The PTAB granted the request for discovery of that data as to those figures.  However, the Petitioner had also requested underlying pharmacokinetic data for figures in a publication submitted by Patent Owner which did contain mean value and standard error bars.  In this latter case, the PTAB denied Petitioner’s request for discovery, reasoning that the information presented was already sufficient to enable an assessment by Petitioner of whether the results were “significant.”
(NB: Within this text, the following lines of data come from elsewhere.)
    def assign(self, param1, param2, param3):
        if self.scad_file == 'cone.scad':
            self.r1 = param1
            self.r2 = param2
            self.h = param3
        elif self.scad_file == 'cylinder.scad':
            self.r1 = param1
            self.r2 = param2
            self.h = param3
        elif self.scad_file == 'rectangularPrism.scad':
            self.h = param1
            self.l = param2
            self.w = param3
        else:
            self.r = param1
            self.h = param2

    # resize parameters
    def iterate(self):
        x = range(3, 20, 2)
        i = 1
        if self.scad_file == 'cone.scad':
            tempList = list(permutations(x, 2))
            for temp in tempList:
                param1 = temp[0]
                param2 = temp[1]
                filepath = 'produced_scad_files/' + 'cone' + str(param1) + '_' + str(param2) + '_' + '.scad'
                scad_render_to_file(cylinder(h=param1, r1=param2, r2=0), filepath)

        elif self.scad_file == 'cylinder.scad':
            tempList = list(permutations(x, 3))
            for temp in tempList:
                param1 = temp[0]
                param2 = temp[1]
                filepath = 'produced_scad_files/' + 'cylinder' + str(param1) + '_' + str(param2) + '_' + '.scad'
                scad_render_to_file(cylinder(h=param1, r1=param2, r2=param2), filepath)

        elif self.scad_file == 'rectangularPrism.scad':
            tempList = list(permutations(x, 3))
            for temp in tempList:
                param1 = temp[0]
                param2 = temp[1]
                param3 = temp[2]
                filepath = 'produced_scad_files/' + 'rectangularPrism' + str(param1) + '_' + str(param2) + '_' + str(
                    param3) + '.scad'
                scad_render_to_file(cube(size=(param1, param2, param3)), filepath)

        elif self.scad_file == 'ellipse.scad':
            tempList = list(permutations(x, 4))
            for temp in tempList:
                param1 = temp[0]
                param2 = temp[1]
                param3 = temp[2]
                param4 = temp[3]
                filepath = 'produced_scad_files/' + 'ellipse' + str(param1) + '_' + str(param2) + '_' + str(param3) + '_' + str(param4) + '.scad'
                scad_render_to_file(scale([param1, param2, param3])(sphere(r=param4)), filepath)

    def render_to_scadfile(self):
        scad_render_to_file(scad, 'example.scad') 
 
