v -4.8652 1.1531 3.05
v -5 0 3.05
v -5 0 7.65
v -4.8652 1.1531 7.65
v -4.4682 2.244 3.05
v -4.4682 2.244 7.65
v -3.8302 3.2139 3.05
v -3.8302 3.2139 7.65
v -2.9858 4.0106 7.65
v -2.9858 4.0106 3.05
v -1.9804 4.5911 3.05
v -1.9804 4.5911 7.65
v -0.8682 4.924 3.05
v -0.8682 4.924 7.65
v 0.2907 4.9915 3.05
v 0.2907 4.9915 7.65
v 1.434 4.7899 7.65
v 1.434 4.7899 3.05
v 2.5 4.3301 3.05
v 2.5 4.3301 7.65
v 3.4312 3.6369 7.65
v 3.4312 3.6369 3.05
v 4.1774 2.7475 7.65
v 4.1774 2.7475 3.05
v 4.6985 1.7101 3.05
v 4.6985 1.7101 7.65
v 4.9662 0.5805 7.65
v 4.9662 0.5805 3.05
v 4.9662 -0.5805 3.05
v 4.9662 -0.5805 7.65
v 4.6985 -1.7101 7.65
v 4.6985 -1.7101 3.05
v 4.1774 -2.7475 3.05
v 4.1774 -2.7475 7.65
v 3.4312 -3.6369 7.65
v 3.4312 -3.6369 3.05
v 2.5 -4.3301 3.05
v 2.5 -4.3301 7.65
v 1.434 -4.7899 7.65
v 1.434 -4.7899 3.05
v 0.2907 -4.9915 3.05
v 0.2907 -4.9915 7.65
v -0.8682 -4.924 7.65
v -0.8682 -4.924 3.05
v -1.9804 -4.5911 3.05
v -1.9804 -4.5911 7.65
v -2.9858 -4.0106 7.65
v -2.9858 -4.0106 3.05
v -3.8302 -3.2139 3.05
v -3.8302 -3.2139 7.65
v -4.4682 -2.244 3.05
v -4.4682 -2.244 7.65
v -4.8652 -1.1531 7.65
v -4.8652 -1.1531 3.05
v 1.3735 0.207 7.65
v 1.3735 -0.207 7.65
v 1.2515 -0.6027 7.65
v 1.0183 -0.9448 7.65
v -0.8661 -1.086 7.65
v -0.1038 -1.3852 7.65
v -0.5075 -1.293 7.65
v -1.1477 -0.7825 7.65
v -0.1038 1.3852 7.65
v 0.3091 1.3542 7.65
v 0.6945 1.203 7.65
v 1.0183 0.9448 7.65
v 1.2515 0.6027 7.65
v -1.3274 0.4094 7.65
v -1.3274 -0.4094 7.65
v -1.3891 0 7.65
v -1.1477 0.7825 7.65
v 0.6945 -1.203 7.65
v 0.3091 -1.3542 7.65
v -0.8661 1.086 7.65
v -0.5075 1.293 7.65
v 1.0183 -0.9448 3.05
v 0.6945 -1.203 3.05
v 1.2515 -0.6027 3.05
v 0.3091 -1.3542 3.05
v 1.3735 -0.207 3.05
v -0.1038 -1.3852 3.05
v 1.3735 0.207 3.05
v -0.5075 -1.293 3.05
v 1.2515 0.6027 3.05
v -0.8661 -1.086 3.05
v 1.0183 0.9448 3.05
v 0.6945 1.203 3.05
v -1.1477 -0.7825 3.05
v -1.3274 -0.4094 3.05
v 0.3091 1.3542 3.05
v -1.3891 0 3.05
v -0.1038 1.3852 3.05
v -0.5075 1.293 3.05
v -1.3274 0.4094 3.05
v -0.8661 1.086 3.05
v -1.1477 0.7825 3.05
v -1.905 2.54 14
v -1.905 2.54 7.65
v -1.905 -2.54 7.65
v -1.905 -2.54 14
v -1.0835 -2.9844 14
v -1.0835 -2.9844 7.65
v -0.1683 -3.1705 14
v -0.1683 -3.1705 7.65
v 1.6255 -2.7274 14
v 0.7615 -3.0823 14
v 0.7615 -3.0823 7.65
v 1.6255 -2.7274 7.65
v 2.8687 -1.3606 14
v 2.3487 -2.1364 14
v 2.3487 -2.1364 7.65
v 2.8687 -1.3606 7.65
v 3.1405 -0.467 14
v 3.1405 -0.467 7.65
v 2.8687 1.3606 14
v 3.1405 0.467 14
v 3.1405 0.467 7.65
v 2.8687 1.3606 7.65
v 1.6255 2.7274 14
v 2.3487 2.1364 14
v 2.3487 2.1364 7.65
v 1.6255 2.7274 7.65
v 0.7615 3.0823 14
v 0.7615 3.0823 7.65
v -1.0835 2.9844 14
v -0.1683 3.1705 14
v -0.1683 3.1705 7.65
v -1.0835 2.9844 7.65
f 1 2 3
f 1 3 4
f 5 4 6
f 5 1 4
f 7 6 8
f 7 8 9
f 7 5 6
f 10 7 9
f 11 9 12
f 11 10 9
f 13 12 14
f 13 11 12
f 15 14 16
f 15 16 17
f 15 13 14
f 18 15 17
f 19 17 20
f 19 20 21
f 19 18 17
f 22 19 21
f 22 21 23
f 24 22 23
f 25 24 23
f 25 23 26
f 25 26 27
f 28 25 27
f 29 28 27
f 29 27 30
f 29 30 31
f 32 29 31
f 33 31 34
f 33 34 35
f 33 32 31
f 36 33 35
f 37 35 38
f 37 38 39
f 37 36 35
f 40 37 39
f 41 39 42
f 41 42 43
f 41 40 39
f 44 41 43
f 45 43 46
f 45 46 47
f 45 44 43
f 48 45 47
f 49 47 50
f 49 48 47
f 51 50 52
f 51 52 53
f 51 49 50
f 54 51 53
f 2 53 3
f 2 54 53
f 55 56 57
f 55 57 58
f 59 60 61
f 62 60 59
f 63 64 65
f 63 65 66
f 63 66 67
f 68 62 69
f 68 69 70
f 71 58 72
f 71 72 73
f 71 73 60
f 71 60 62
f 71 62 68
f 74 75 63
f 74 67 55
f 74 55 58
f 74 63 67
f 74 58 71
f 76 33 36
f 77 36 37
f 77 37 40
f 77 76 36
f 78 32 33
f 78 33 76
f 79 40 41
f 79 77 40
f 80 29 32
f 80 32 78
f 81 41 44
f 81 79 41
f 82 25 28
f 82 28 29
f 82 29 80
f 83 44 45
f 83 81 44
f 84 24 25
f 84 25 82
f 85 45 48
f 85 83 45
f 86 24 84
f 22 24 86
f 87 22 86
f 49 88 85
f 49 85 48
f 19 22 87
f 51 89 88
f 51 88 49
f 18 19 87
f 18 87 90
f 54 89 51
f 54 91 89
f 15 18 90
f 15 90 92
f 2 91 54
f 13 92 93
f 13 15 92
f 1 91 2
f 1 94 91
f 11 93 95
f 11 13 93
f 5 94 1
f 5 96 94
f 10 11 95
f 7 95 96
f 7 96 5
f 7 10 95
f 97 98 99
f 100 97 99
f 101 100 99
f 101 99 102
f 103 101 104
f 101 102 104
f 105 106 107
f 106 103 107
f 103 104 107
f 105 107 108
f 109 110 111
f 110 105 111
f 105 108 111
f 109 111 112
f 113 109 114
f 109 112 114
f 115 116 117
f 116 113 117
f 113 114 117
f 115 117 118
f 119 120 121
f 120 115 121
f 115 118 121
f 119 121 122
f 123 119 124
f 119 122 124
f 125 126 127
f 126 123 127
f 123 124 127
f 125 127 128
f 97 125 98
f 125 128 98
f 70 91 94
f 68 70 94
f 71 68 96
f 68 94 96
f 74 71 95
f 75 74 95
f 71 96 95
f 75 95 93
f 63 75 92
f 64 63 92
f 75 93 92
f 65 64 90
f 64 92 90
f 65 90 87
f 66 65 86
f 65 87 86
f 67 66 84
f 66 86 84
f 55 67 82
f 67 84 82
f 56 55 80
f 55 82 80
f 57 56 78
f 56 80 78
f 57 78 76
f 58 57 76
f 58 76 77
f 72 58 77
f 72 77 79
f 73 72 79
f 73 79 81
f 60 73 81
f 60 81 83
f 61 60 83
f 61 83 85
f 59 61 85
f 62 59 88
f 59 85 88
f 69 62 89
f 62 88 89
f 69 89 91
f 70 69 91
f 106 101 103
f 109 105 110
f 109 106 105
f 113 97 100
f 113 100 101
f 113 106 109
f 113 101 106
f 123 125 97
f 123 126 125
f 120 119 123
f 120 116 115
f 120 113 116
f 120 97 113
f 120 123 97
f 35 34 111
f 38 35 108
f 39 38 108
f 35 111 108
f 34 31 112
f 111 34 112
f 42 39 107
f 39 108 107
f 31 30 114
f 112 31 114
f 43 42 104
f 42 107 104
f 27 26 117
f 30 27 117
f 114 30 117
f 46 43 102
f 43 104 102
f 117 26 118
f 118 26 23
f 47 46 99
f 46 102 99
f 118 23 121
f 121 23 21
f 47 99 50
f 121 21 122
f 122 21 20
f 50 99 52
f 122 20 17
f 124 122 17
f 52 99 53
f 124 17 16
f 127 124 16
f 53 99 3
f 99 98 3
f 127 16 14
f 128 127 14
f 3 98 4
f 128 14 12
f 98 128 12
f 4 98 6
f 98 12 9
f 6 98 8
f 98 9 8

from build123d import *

# Parameters (mm, degrees)
SKETCH1_R           = 3.175
BOSS_EXTRUDE1_DEPTH = 14
CUT_EXTRUDE2_START  = -6.35
CUT_EXTRUDE2_DEPTH  = 6.35
SKETCH7_R           = 3.175
CUT_EXTRUDE4_DEPTH  = 3.05
SKETCH9_R           = 5
SKETCH9_R_2         = 1.3890625
BOSS_EXTRUDE2_DEPTH = 4.6
SKETCH9_3_R         = 1.3890625
CUT_EXTRUDE5_DEPTH  = 4.6


with BuildPart() as part:
    # Sketch1 → Boss-Extrude1 (new body)
    with BuildSketch(Plane.XY):
        Circle(SKETCH1_R)
    extrude(amount=BOSS_EXTRUDE1_DEPTH)

    # Sketch2 → Cut-Extrude2 (cut)
    with BuildSketch(Plane.XY.offset(14).offset(CUT_EXTRUDE2_START)):
        with BuildLine():
            Line((-1.905, 2.54), (-1.905, -2.54))
            ThreePointArc((-1.905, -2.54), (-3.175, 0), (-1.905, 2.54))
        make_face()
    extrude(amount=CUT_EXTRUDE2_DEPTH, mode=Mode.SUBTRACT)

    # Sketch7 → Cut-Extrude4 (cut)
    with BuildSketch(Plane(origin=(0, 0, 0), x_dir=(-1, 0, 0), z_dir=(0, 0, -1))):
        with Locations(Location((0, 0, 0), (0, 0, 306.869897646))):
            Circle(SKETCH7_R)
    extrude(amount=-CUT_EXTRUDE4_DEPTH, mode=Mode.SUBTRACT)

    # Sketch9 → Boss-Extrude2 (add)
    with BuildSketch(Plane(origin=(0, 0, 3.05), x_dir=(-1, 0, 0), z_dir=(0, 0, -1))):
        Circle(SKETCH9_R)
        Circle(SKETCH9_R_2, mode=Mode.SUBTRACT)
    extrude(amount=-BOSS_EXTRUDE2_DEPTH)

    # Sketch9<3> → Cut-Extrude5 (cut)
    with BuildSketch(Plane(origin=(0, 0, 3.05), x_dir=(-1, 0, 0), z_dir=(0, 0, -1))):
        Circle(SKETCH9_3_R)
    extrude(amount=-CUT_EXTRUDE5_DEPTH, mode=Mode.SUBTRACT)


solid = part.part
The PTAB has identified five factors (“the Garmin factors”) for determining whether additional discovery is in the interests of justice as required by 37 CFR 42.51(b)(2).  See Garmin Int’l, Inc. v. Cuozzo Speed Techs. LLC, Case IPR2012-00001, slip op. at 6–7 (PTAB Mar. 5, 2013) (Paper 26) (informative).  These factors are: (1) more than a possibility and mere allegation that something useful will be discovered; (2) requests that do not seek other party’s litigation positions and the underlying basis for those positions; (3) ability to generate equivalent information by other means; (4) easily understandable instructions; and (5) requests that are not overly burdensome to answer.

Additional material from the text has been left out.